2019年1月31日(木) 復活をめぐる論争(マルコ12:18-27)

 ご機嫌いかがですか。日本キリスト改革派教会がお送りする「聖書を開こう」の時間です。今週もご一緒に聖書のみことばを味わいましょう。この時間は、日本キリスト改革派教会牧師の山下正雄が担当いたします。どうぞよろしくお願いします。

 常識ではありえないことを話題にするというのはとても難しいことです。というのも、わたしたちがものを考えるときには、理性を働かせて、常識的にものを考える習慣が身についているからです。そのお陰で、様々な迷信や間違った考えから解放されているのも事実です。もし、常識で考えられないことを、そのまま鵜呑みにしてしまえば、たちまち洗脳されてしまいます。

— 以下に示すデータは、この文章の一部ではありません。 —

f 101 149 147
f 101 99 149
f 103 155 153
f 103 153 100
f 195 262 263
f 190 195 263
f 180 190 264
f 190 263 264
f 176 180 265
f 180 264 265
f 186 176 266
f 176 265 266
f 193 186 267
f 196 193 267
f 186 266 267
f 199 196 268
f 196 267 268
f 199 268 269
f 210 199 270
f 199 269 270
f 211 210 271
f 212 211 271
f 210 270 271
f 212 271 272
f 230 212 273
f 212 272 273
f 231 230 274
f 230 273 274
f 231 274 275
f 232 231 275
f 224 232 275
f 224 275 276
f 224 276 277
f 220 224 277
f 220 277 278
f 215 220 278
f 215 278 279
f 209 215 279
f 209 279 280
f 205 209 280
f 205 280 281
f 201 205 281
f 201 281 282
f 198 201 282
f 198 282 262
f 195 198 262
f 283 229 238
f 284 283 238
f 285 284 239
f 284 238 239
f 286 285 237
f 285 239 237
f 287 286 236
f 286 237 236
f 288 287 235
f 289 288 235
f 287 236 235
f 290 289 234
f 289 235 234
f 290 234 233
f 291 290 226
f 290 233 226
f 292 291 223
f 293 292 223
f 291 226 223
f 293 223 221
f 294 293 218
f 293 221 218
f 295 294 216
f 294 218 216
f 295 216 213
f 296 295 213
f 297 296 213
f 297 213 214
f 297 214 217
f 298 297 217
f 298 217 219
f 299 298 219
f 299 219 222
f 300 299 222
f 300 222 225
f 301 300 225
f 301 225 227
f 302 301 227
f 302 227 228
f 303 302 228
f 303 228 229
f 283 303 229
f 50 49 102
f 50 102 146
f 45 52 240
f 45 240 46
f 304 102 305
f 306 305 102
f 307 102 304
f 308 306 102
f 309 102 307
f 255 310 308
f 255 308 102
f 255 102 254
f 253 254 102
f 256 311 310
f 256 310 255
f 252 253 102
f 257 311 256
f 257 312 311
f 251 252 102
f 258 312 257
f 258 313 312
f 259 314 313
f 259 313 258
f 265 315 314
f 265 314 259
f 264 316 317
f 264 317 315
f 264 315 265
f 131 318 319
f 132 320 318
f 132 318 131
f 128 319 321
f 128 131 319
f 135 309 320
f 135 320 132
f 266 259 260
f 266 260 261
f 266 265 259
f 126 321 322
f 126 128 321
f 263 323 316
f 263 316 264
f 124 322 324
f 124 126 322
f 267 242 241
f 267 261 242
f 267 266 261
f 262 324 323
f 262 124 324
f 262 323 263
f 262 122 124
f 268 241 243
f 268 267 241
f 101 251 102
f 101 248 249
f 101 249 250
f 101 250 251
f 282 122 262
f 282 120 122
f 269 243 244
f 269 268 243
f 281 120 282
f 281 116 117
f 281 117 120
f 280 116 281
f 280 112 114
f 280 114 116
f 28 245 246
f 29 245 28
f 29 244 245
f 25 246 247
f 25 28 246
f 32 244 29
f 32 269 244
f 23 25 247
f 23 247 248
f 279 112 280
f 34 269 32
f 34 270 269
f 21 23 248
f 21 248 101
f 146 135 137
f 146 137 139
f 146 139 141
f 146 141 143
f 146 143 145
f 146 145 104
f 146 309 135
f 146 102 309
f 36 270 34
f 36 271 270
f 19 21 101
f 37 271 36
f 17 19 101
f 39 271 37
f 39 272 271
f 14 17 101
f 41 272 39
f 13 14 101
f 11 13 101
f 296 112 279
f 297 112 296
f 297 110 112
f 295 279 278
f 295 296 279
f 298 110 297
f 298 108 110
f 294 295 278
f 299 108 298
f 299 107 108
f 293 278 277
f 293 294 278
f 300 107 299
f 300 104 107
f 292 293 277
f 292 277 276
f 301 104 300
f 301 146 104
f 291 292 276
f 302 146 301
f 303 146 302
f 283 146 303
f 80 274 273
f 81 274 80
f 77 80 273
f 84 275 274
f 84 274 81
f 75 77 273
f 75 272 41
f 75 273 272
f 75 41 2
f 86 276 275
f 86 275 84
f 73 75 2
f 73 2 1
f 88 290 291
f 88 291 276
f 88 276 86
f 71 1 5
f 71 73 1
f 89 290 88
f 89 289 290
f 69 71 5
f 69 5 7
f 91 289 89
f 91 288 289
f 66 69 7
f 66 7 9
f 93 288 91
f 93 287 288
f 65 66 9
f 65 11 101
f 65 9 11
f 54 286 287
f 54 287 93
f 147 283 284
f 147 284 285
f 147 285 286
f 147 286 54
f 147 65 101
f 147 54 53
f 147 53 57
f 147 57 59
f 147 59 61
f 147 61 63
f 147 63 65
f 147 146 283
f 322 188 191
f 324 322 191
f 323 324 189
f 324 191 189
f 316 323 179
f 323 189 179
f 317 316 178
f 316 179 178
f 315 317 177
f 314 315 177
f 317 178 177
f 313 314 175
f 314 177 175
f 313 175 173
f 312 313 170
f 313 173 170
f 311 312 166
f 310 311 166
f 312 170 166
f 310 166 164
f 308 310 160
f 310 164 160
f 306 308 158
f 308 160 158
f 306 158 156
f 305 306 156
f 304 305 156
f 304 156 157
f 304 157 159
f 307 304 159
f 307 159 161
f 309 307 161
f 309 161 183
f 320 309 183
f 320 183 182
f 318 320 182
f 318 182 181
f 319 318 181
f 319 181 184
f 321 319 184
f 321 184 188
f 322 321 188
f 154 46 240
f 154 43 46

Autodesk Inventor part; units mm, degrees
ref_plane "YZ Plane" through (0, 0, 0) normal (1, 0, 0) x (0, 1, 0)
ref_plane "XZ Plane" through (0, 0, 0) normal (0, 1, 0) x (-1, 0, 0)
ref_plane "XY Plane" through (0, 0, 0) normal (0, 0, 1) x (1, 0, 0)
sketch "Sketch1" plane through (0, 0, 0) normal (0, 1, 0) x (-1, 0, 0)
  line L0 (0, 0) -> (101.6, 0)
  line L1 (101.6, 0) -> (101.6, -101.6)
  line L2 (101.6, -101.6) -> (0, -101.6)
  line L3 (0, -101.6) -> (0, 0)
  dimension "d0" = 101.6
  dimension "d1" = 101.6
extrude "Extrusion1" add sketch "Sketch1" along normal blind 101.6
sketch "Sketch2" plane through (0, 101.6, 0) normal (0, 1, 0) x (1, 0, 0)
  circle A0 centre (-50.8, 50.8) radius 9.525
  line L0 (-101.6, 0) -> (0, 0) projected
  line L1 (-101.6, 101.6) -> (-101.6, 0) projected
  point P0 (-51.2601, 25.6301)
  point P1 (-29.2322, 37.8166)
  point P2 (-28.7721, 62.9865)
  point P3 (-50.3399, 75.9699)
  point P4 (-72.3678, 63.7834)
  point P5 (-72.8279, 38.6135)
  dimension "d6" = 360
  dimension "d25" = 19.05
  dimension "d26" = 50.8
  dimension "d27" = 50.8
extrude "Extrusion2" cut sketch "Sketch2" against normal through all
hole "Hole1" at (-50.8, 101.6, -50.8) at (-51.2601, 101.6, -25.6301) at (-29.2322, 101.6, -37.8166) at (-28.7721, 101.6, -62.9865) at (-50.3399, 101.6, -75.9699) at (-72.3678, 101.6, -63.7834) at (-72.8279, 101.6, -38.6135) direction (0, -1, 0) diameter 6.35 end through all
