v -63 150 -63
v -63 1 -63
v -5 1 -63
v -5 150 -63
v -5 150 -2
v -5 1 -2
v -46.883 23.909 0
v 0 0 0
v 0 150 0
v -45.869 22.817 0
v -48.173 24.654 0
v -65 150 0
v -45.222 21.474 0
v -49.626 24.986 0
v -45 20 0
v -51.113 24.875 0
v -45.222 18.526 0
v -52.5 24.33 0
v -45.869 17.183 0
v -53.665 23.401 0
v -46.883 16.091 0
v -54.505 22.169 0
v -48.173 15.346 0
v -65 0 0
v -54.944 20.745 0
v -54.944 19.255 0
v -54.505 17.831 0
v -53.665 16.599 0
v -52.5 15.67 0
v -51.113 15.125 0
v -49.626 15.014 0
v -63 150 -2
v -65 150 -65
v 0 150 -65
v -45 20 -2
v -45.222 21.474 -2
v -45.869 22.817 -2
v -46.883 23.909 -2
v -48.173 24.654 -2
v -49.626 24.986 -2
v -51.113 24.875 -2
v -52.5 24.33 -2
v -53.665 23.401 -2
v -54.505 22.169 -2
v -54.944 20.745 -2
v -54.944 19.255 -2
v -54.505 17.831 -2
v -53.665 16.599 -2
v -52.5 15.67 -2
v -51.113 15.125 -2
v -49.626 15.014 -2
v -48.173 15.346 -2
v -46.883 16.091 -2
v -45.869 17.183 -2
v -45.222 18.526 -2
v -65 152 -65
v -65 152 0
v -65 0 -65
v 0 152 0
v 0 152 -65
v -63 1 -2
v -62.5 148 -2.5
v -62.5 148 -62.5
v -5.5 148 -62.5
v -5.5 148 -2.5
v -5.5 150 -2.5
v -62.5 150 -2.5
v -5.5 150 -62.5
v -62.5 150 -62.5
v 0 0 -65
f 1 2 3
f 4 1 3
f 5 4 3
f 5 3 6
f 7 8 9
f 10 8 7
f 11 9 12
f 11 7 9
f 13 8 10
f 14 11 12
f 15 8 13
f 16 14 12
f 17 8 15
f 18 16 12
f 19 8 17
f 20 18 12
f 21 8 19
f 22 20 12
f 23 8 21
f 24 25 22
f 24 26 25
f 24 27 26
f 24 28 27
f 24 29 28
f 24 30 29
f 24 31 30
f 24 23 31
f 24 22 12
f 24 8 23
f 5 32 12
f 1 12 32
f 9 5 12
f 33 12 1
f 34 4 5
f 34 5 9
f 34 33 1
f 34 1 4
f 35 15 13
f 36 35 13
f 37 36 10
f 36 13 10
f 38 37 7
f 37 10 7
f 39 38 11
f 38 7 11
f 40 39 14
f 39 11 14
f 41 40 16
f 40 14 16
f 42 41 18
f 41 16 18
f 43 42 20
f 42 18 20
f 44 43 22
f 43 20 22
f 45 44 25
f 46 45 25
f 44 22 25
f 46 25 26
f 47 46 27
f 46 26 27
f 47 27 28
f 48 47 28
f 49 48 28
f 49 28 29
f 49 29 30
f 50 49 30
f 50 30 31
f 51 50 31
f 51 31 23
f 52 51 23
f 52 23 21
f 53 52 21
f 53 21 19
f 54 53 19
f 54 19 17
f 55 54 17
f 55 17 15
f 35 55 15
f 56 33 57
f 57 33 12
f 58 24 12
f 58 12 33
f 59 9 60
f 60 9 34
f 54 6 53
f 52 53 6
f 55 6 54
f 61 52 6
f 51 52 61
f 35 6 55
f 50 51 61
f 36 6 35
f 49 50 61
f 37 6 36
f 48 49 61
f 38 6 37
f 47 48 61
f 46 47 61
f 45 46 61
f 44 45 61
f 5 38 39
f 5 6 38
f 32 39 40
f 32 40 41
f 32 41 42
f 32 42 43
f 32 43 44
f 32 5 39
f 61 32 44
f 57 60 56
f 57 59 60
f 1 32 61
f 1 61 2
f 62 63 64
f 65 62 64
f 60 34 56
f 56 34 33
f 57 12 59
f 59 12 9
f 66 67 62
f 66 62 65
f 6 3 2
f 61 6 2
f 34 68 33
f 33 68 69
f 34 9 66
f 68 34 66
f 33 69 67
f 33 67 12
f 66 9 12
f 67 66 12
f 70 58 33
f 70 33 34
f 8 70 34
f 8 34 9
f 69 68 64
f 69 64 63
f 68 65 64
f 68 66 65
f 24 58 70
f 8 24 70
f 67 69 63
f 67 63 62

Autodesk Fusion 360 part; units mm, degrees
sketch "Boceto2" plane through (0, 0, 0) normal (0, 1, 0) x (1, 0, 0)
  line L0 (0, 0) -> (-65, 0)
  line L1 (-65, 0) -> (-65, 65)
  line L2 (-65, 65) -> (0, 65)
  line L3 (0, 65) -> (0, 0)
  dimension "d3" = 65
  dimension "d4" = 65
extrude "Extruir3" add sketch "Boceto2" along normal blind 150 makes body 1
sketch "Boceto4" plane through (0, 150, 0) normal (0, 1, 0) x (-1, 0, 0)
  line L0 (0, -65) -> (65, -65)
  line L1 (65, -65) -> (65, 0)
  line L2 (65, 0) -> (0, 0)
  line L3 (0, 0) -> (0, -65)
  line L4 (5, -2) -> (63, -2)
  line L5 (63, -2) -> (63, -63)
  line L6 (63, -63) -> (5, -63)
  line L7 (5, -63) -> (5, -2)
  dimension "d13" = 5
  dimension "d14" = 2
  dimension "d15" = 2
  dimension "d16" = 2
extrude "Extruir5" cut sketch "Boceto4" against normal blind 149 contours L4 L5 L6 L7 bodies 1
sketch "Boceto5" plane through (0, 150, 0) normal (0, 1, 0) x (-1, 0, 0)
  line L0 (63, -2) -> (63, -63)
  line L1 (63, -63) -> (5, -63)
  line L2 (5, -63) -> (5, -2)
  line L3 (5, -2) -> (63, -2)
  line L4 (0, -65) -> (65, -65)
  line L5 (65, -65) -> (65, 0)
  line L6 (65, 0) -> (0, 0)
  line L7 (0, 0) -> (0, -65)
  line L8 (0, 0) -> (65, 0)
  line L9 (65, 0) -> (65, -65)
  line L10 (65, -65) -> (0, -65)
  line L11 (0, -65) -> (0, 0)
extrude "Extruir6" add sketch "Boceto5" along normal blind 2 separate body contours L0 L1 L2 L3 | L4 L5 L6 L7 L8 L9 L10 L11 makes body 2
sketch "Boceto6" plane through (0, 150, 0) normal (0, -1, 0) x (1, 0, 0)
  line L0 (-65, -65) -> (0, -65)
  line L1 (0, -65) -> (0, 0)
  line L2 (0, 0) -> (-65, 0)
  line L3 (-65, 0) -> (-65, -65)
  line L4 (-5.5, -62.5) -> (-62.5, -62.5)
  line L5 (-62.5, -62.5) -> (-62.5, -2.5)
  line L6 (-62.5, -2.5) -> (-5.5, -2.5)
  line L7 (-5.5, -2.5) -> (-5.5, -62.5)
  dimension "d21" = 5.5
  dimension "d22" = 2.5
  dimension "d23" = 2.5
  dimension "d24" = 2.5
extrude "Extruir7" add sketch "Boceto6" along normal blind 2 contours L4 L5 L6 L7 bodies 2
sketch "Boceto7" plane through (0, 0, 0) normal (0, 0, 1) x (1, 0, 0)
  line L0 (-65, 0) -> (0, 0)
  line L1 (0, 0) -> (0, 150)
  line L2 (0, 150) -> (-65, 150)
  line L3 (-65, 150) -> (-65, 0)
  circle A0 centre (-50, 20) radius 5
  dimension "d27" = 10
extrude "Extruir8" cut sketch "Boceto7" against normal up to surface (2 mm away) contours A0 bodies 1
sketch "Boceto8" plane through (0, 152, 0) normal (0, 1, 0) x (-1, 0, 0)
  line L0 (0, -65) -> (65, -65)
  line L1 (65, -65) -> (65, 0)
  line L2 (65, 0) -> (0, 0)
  line L3 (0, 0) -> (0, -65)
  circle A0 centre (25, -25) radius 2.5
  circle A1 centre (25, -32.5) radius 2.5
  circle A2 centre (25, -40) radius 2.5
  dimension "d31" = 5
  dimension "d32" = 5
  dimension "d33" = 5
  dimension "d34" = 25
  dimension "d35" = 25
  dimension "d36" = 25
  dimension "d37" = 25
  dimension "d38" = 32.5
  dimension "d39" = 25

 しかし、常識だけを信じて疑わないとすれば、地動説も相対性理論も量子論も発展しなかったはずです。もっとも、科学的な真理はやがては常識になってしまうので、宗教上の真理とは性格が違うかもしれません。

 たとえば、神は存在するのかどうか、ということは、果たして常識なのか非常識なのか難しい問題です。奇跡は常識なのか非常識なのか、これも難しい問題です。そういった事柄を受け止めた上でものを考える人と、そうではない人との間では、神の存在や奇跡のことを話題にしても、これは天地の差ぐらい、議論がかみ合いません。

 きょう取り上げる個所では、復活についての議論が出てきます。同じユダヤ人でも復活を信じている人とそうではない人がいたからです。さて、イエス・キリストはこの復活についての議論に、どのようにお答えになったのでしょうか。

 それでは早速今日の聖書の個所をお読みしましょう。きょうの聖書の個所は新約聖書 マルコによる福音書 12章18節〜27節までです。新共同訳聖書でお読みいたします。

 復活はないと言っているサドカイ派の人々が、イエスのところへ来て尋ねた。「先生、モーセはわたしたちのために書いています。『ある人の兄が死に、妻を後に残して子がない場合、その弟は兄嫁と結婚して、兄の跡継ぎをもうけねばならない』と。ところで、7人の兄弟がいました。長男が妻を迎えましたが、跡継ぎを残さないで死にました。次男がその女を妻にしましたが、跡継ぎを残さないで死に、三男も同様でした。こうして、7人とも跡継ぎを残しませんでした。最後にその女も死にました。復活の時、彼らが復活すると、その女はだれの妻になるのでしょうか。7人ともその女を妻にしたのです。」イエスは言われた。「あなたたちは聖書も神の力も知らないから、そんな思い違いをしているのではないか。死者の中から復活するときには、めとることも嫁ぐこともなく、天使のようになるのだ。死者が復活することについては、モーセの書の『柴』の個所で、神がモーセにどう言われたか、読んだことがないのか。『わたしはアブラハムの神、イサクの神、ヤコブの神である』とあるではないか。神は死んだ者の神ではなく、生きている者の神なのだ。あなたたちは大変な思い違いをしている。」

 前回に引き続き、キリストの敵対者たちとの議論が取り上げられます。テーマは今回も宗教的な事柄に関することですが、質問者たちの意図は明らかです。それは、真理を探究するという謙虚な目的ではなく、むしろ、あからさまにイエス・キリストを論破するためのものでした。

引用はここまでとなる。